### Brief
Locate the line bearing "f 231 217 232" in the material below, then reproduce it and each following line up to and including the line bearing "f 320 104 19".

== Entries shown ==

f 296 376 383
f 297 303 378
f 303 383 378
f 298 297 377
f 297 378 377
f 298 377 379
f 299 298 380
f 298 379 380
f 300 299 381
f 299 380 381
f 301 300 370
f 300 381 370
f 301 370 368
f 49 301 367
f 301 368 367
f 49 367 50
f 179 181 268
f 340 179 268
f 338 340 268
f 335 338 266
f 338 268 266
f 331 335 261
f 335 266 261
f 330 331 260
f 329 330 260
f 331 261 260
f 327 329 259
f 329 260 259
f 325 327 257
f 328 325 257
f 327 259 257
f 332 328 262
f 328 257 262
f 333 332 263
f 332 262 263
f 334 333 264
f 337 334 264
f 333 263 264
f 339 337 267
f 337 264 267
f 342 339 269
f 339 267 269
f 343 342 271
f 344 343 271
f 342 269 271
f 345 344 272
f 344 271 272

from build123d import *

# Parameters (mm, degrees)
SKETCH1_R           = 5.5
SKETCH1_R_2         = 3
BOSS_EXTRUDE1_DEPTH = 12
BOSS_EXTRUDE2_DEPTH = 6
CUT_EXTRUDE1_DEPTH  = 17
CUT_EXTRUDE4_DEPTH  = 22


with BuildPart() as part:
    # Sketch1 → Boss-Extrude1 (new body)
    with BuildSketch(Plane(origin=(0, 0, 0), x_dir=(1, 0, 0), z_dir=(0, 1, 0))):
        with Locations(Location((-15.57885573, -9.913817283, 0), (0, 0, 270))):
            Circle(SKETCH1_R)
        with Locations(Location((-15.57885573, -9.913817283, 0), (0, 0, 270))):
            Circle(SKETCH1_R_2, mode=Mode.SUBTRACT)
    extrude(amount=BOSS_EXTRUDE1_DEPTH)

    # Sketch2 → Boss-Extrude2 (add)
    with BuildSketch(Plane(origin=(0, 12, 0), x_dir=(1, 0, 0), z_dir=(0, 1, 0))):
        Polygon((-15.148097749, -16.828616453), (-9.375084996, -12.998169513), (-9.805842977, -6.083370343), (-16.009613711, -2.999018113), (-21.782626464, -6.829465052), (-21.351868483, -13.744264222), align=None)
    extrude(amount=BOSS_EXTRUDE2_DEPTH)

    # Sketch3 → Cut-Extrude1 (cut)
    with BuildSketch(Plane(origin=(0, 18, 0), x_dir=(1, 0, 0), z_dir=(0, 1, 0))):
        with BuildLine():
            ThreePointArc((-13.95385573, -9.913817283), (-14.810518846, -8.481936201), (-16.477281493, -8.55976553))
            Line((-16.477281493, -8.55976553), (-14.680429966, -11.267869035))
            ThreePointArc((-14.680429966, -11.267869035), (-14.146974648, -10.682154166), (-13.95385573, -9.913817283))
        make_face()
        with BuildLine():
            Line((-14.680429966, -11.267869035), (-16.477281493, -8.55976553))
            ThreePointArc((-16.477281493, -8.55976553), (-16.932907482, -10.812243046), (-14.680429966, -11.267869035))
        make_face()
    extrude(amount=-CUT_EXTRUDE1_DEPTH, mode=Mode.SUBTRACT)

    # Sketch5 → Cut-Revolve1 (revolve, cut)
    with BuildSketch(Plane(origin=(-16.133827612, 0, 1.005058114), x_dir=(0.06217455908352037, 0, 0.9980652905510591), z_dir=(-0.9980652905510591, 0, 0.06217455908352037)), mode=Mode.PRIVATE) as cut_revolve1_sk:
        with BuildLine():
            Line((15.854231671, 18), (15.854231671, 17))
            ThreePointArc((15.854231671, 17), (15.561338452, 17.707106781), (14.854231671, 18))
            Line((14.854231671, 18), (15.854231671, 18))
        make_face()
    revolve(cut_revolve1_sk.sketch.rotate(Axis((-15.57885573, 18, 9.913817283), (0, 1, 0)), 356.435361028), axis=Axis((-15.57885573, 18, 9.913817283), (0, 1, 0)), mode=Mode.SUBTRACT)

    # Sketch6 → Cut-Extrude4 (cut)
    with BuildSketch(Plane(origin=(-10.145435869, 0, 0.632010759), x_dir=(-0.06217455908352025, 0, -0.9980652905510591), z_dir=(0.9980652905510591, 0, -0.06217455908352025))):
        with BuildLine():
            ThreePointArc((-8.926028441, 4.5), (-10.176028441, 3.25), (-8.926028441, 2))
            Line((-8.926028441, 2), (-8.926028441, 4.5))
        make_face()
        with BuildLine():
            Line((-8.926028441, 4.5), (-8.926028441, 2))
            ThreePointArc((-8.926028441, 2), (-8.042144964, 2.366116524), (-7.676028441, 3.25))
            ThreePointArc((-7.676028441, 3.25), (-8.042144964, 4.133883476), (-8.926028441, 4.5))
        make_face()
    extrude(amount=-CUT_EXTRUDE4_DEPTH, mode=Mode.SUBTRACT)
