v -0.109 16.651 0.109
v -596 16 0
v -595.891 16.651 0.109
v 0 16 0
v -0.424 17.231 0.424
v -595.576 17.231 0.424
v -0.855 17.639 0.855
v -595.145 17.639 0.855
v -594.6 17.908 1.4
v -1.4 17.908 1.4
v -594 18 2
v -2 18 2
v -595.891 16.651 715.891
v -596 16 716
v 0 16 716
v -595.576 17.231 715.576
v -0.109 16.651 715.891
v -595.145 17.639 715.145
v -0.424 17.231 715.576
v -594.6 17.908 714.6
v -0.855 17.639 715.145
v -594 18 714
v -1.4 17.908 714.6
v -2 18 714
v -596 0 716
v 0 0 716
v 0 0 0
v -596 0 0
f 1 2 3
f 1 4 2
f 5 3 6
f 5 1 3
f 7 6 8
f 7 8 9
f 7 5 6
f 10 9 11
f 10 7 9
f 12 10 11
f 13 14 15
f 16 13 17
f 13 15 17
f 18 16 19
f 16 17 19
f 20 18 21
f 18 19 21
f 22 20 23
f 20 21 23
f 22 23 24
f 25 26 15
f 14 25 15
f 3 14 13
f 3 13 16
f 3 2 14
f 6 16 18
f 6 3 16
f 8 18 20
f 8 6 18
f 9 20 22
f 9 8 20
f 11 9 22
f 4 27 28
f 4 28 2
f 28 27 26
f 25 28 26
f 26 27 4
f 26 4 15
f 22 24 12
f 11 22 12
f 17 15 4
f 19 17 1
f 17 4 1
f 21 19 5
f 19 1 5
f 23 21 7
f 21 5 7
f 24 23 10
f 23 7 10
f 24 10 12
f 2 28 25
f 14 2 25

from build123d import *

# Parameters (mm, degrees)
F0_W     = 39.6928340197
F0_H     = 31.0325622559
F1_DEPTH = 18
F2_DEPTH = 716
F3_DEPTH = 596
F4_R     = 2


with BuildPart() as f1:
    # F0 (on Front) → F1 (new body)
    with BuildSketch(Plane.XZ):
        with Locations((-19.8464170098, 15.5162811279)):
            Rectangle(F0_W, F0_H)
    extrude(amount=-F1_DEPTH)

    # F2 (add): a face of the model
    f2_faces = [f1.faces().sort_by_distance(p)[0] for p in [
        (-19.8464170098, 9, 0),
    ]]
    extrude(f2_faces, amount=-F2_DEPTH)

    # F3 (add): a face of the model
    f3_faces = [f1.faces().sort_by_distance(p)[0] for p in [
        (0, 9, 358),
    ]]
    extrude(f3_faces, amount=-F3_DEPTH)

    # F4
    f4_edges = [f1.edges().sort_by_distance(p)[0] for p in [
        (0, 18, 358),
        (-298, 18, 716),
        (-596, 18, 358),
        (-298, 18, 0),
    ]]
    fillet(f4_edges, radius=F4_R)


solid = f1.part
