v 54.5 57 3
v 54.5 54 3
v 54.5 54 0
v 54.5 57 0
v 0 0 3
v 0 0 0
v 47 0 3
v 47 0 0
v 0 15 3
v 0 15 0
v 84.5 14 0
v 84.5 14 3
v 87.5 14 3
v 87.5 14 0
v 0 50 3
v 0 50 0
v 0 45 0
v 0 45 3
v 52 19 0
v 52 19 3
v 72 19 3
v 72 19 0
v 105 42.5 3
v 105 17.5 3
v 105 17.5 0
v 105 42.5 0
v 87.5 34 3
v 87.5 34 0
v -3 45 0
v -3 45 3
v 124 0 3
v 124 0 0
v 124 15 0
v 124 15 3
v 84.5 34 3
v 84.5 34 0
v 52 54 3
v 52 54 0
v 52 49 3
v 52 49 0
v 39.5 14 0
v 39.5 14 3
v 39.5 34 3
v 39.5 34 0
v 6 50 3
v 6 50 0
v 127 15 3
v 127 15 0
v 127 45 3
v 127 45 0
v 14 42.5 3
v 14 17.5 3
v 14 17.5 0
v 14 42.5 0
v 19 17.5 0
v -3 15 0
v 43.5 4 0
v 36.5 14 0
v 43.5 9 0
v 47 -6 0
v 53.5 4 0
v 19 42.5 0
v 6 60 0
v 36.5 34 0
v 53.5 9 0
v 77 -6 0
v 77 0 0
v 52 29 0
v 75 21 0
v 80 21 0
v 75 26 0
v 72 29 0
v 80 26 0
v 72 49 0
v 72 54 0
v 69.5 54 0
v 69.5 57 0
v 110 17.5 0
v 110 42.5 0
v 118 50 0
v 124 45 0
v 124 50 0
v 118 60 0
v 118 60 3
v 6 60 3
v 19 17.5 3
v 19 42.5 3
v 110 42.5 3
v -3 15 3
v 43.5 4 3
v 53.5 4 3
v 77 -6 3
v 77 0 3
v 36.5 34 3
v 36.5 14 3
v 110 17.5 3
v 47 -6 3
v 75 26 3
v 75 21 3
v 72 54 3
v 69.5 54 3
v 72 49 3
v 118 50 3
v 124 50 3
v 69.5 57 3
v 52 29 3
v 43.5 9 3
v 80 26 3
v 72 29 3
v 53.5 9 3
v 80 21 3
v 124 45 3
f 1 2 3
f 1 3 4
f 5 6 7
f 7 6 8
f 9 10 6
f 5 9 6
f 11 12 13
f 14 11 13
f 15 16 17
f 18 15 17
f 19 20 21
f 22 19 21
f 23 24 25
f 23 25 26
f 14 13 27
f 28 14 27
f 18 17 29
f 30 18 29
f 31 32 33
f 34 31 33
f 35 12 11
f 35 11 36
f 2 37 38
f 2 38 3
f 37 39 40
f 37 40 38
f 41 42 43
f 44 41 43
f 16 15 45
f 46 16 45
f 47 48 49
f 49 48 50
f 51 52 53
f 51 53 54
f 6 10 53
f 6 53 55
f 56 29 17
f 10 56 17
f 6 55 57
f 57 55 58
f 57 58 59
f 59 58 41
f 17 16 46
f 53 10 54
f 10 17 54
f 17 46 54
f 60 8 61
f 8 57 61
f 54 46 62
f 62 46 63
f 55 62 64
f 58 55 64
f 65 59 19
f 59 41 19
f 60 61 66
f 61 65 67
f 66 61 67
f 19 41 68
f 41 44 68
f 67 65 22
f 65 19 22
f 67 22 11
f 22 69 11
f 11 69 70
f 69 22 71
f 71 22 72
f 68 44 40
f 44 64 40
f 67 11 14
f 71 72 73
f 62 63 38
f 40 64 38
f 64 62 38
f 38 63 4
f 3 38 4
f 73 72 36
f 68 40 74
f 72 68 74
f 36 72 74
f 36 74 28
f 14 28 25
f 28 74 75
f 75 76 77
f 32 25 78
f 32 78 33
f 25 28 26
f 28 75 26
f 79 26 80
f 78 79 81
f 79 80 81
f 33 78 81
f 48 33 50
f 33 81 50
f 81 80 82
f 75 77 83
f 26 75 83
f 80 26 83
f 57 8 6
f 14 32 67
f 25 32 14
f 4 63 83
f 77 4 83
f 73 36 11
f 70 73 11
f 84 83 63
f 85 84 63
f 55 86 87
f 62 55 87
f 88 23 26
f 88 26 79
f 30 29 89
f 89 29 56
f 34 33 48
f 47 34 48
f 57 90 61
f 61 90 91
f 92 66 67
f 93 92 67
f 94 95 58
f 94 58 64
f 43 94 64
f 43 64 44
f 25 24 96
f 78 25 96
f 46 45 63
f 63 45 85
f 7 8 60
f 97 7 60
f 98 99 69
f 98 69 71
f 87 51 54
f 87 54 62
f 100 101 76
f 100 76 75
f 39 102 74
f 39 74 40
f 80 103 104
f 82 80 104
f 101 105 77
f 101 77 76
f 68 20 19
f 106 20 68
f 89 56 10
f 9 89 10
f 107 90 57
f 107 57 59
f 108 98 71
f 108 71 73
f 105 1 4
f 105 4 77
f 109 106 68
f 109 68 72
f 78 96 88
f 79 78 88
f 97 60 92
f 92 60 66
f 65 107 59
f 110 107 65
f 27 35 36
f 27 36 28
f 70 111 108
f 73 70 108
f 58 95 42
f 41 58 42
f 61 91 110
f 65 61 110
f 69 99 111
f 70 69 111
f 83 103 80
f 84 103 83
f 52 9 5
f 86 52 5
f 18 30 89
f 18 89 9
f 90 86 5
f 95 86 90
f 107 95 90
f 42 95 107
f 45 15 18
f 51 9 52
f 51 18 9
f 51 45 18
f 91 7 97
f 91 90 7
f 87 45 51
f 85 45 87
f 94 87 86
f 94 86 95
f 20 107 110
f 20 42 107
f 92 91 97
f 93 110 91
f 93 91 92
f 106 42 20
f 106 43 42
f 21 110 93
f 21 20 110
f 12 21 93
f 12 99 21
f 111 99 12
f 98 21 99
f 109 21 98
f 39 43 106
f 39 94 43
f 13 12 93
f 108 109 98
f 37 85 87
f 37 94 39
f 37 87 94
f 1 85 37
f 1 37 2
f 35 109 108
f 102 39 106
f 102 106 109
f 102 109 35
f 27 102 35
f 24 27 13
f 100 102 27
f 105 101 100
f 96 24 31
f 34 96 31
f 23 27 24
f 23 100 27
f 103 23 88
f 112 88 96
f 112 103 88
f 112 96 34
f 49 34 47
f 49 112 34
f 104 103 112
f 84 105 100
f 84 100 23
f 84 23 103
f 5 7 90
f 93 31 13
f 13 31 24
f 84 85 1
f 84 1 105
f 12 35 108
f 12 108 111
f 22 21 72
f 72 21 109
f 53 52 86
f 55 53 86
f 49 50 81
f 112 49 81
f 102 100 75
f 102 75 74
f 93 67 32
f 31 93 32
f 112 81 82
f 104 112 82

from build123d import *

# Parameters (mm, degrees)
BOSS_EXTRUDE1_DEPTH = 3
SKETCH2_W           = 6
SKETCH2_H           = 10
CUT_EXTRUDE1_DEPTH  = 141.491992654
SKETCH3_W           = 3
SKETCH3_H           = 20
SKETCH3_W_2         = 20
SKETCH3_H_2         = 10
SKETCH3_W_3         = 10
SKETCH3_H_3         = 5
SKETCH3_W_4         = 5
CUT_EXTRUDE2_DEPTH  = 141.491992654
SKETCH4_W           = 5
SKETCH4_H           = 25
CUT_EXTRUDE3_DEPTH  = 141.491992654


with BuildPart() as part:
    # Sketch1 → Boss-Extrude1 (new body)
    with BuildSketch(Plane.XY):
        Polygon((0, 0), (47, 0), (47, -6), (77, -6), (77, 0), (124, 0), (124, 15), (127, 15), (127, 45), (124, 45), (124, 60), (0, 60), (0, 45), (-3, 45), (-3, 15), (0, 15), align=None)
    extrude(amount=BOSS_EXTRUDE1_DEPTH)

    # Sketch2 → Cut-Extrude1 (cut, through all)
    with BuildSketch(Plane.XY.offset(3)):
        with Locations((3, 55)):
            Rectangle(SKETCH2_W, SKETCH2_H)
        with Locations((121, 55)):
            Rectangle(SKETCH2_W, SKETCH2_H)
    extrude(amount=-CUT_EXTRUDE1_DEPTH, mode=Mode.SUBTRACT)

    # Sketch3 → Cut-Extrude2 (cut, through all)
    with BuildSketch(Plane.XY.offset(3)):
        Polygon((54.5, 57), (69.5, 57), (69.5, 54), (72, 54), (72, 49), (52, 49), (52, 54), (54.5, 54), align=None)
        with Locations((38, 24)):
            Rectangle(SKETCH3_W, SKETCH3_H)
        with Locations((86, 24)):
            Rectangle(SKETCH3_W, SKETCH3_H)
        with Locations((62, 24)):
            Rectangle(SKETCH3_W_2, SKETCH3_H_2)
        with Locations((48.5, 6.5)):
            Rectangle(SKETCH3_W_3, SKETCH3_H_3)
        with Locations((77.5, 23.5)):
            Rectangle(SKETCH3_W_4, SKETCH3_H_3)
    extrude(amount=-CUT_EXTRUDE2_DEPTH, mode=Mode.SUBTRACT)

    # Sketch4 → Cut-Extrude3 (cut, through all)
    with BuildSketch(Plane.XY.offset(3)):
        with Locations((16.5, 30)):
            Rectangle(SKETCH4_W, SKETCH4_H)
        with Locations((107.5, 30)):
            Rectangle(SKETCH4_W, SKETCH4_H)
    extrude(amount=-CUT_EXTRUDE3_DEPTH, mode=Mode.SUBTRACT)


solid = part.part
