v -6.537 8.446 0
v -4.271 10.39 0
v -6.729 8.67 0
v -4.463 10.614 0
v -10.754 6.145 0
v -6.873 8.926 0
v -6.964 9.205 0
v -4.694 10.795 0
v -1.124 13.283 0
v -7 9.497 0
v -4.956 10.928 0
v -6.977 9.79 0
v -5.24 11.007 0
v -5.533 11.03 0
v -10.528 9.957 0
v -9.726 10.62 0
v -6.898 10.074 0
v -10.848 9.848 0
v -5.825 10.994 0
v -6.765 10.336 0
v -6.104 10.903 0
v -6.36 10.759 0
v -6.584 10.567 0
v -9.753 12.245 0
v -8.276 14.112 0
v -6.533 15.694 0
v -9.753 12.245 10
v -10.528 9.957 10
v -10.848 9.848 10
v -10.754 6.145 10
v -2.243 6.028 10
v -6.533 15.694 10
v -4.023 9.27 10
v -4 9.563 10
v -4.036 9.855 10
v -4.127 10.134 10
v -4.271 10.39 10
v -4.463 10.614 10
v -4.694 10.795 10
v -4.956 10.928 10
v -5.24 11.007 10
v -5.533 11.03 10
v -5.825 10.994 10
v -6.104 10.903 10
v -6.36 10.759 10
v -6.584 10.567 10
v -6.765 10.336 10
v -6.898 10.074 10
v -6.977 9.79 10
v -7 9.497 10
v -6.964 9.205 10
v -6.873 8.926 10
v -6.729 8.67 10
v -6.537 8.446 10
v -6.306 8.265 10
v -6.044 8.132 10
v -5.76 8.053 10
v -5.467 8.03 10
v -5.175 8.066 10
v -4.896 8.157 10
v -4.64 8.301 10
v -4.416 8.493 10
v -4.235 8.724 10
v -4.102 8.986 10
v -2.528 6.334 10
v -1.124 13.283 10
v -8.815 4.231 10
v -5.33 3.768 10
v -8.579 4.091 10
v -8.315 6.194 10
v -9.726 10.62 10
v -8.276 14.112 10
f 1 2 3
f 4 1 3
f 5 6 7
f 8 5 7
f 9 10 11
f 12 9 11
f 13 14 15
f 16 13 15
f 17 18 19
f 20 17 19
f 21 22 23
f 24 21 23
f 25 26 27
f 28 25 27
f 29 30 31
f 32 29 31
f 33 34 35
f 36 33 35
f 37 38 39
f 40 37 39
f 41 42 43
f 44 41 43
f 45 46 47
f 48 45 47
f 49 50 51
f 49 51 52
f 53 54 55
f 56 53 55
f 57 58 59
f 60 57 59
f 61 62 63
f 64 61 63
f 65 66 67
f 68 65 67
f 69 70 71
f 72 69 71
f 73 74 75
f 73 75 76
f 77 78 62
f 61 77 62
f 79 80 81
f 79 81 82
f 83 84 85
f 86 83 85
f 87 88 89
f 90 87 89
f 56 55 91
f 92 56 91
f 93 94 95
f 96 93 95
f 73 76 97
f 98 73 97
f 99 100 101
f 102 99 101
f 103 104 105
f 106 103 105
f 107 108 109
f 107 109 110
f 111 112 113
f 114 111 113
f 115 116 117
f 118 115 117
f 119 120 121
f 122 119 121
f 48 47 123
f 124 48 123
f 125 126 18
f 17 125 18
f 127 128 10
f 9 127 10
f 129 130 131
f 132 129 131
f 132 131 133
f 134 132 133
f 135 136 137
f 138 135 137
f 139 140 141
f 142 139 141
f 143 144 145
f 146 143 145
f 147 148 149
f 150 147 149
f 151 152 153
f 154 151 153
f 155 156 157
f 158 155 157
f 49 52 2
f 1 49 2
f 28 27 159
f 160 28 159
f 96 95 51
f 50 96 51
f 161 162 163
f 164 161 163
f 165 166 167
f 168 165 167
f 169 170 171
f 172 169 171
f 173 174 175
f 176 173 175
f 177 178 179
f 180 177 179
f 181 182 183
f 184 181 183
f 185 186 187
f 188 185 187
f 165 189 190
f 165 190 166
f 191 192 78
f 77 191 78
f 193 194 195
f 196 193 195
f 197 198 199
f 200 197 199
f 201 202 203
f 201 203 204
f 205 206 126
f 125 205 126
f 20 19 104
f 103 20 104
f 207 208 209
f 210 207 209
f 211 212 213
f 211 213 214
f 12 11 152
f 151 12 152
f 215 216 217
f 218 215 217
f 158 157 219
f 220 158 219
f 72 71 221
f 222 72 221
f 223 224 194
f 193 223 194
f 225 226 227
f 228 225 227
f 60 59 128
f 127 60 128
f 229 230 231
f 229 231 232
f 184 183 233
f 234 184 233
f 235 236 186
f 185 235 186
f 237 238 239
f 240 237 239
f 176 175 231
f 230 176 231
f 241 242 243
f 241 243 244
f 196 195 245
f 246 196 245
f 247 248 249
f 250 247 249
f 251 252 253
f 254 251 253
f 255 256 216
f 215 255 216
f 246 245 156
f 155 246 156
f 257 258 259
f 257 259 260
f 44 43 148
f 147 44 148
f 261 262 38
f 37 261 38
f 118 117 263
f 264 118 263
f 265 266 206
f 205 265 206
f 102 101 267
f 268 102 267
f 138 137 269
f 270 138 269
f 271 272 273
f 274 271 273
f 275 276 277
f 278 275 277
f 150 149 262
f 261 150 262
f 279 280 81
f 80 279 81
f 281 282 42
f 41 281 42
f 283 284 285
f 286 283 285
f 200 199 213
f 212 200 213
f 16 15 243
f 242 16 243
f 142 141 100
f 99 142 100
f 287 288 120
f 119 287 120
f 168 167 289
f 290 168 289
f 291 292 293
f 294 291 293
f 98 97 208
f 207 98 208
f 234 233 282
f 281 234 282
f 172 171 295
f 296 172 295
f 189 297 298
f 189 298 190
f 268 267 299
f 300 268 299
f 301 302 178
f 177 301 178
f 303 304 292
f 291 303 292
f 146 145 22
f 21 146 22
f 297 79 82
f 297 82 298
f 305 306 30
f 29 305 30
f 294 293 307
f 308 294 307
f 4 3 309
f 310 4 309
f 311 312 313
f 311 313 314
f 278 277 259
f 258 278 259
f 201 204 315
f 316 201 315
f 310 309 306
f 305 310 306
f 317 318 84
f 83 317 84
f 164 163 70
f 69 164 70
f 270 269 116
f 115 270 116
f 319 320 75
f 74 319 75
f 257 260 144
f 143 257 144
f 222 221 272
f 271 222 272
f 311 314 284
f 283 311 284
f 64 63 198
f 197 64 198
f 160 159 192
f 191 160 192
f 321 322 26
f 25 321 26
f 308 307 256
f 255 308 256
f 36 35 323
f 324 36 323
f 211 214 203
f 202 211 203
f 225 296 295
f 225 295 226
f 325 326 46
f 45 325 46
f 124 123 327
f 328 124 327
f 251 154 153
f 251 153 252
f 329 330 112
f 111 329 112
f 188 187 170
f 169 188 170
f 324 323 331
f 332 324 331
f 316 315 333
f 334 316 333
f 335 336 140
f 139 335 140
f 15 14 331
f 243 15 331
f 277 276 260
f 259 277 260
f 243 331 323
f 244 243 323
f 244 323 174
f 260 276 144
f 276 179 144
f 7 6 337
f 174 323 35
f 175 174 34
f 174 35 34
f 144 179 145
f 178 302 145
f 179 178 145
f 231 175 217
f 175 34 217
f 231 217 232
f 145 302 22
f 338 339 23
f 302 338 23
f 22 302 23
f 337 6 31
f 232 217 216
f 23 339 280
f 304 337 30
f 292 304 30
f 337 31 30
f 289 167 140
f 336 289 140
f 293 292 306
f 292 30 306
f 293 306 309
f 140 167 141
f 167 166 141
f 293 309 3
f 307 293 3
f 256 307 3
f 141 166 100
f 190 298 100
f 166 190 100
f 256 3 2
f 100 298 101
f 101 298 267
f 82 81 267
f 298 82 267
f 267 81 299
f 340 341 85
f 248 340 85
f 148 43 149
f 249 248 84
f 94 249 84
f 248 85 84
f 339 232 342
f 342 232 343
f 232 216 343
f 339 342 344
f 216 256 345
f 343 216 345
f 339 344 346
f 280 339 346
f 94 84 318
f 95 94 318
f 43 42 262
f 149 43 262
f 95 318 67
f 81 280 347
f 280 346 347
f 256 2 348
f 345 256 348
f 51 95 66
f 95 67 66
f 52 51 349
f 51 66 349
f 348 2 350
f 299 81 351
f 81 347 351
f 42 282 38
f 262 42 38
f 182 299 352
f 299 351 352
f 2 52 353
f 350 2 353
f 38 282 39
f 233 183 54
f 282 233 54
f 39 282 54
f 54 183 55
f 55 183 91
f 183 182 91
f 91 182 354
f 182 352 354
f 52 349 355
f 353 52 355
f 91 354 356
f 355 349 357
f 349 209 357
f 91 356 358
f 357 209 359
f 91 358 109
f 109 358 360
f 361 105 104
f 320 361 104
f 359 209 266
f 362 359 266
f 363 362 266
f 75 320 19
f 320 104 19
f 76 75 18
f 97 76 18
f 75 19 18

===

### The completed task
f 231 217 232
f 145 302 22
f 338 339 23
f 302 338 23
f 22 302 23
f 337 6 31
f 232 217 216
f 23 339 280
f 304 337 30
f 292 304 30
f 337 31 30
f 289 167 140
f 336 289 140
f 293 292 306
f 292 30 306
f 293 306 309
f 140 167 141
f 167 166 141
f 293 309 3
f 307 293 3
f 256 307 3
f 141 166 100
f 190 298 100
f 166 190 100
f 256 3 2
f 100 298 101
f 101 298 267
f 82 81 267
f 298 82 267
f 267 81 299
f 340 341 85
f 248 340 85
f 148 43 149
f 249 248 84
f 94 249 84
f 248 85 84
f 339 232 342
f 342 232 343
f 232 216 343
f 339 342 344
f 216 256 345
f 343 216 345
f 339 344 346
f 280 339 346
f 94 84 318
f 95 94 318
f 43 42 262
f 149 43 262
f 95 318 67
f 81 280 347
f 280 346 347
f 256 2 348
f 345 256 348
f 51 95 66
f 95 67 66
f 52 51 349
f 51 66 349
f 348 2 350
f 299 81 351
f 81 347 351
f 42 282 38
f 262 42 38
f 182 299 352
f 299 351 352
f 2 52 353
f 350 2 353
f 38 282 39
f 233 183 54
f 282 233 54
f 39 282 54
f 54 183 55
f 55 183 91
f 183 182 91
f 91 182 354
f 182 352 354
f 52 349 355
f 353 52 355
f 91 354 356
f 355 349 357
f 349 209 357
f 91 356 358
f 357 209 359
f 91 358 109
f 109 358 360
f 361 105 104
f 320 361 104
f 359 209 266
f 362 359 266
f 363 362 266
f 75 320 19
f 320 104 19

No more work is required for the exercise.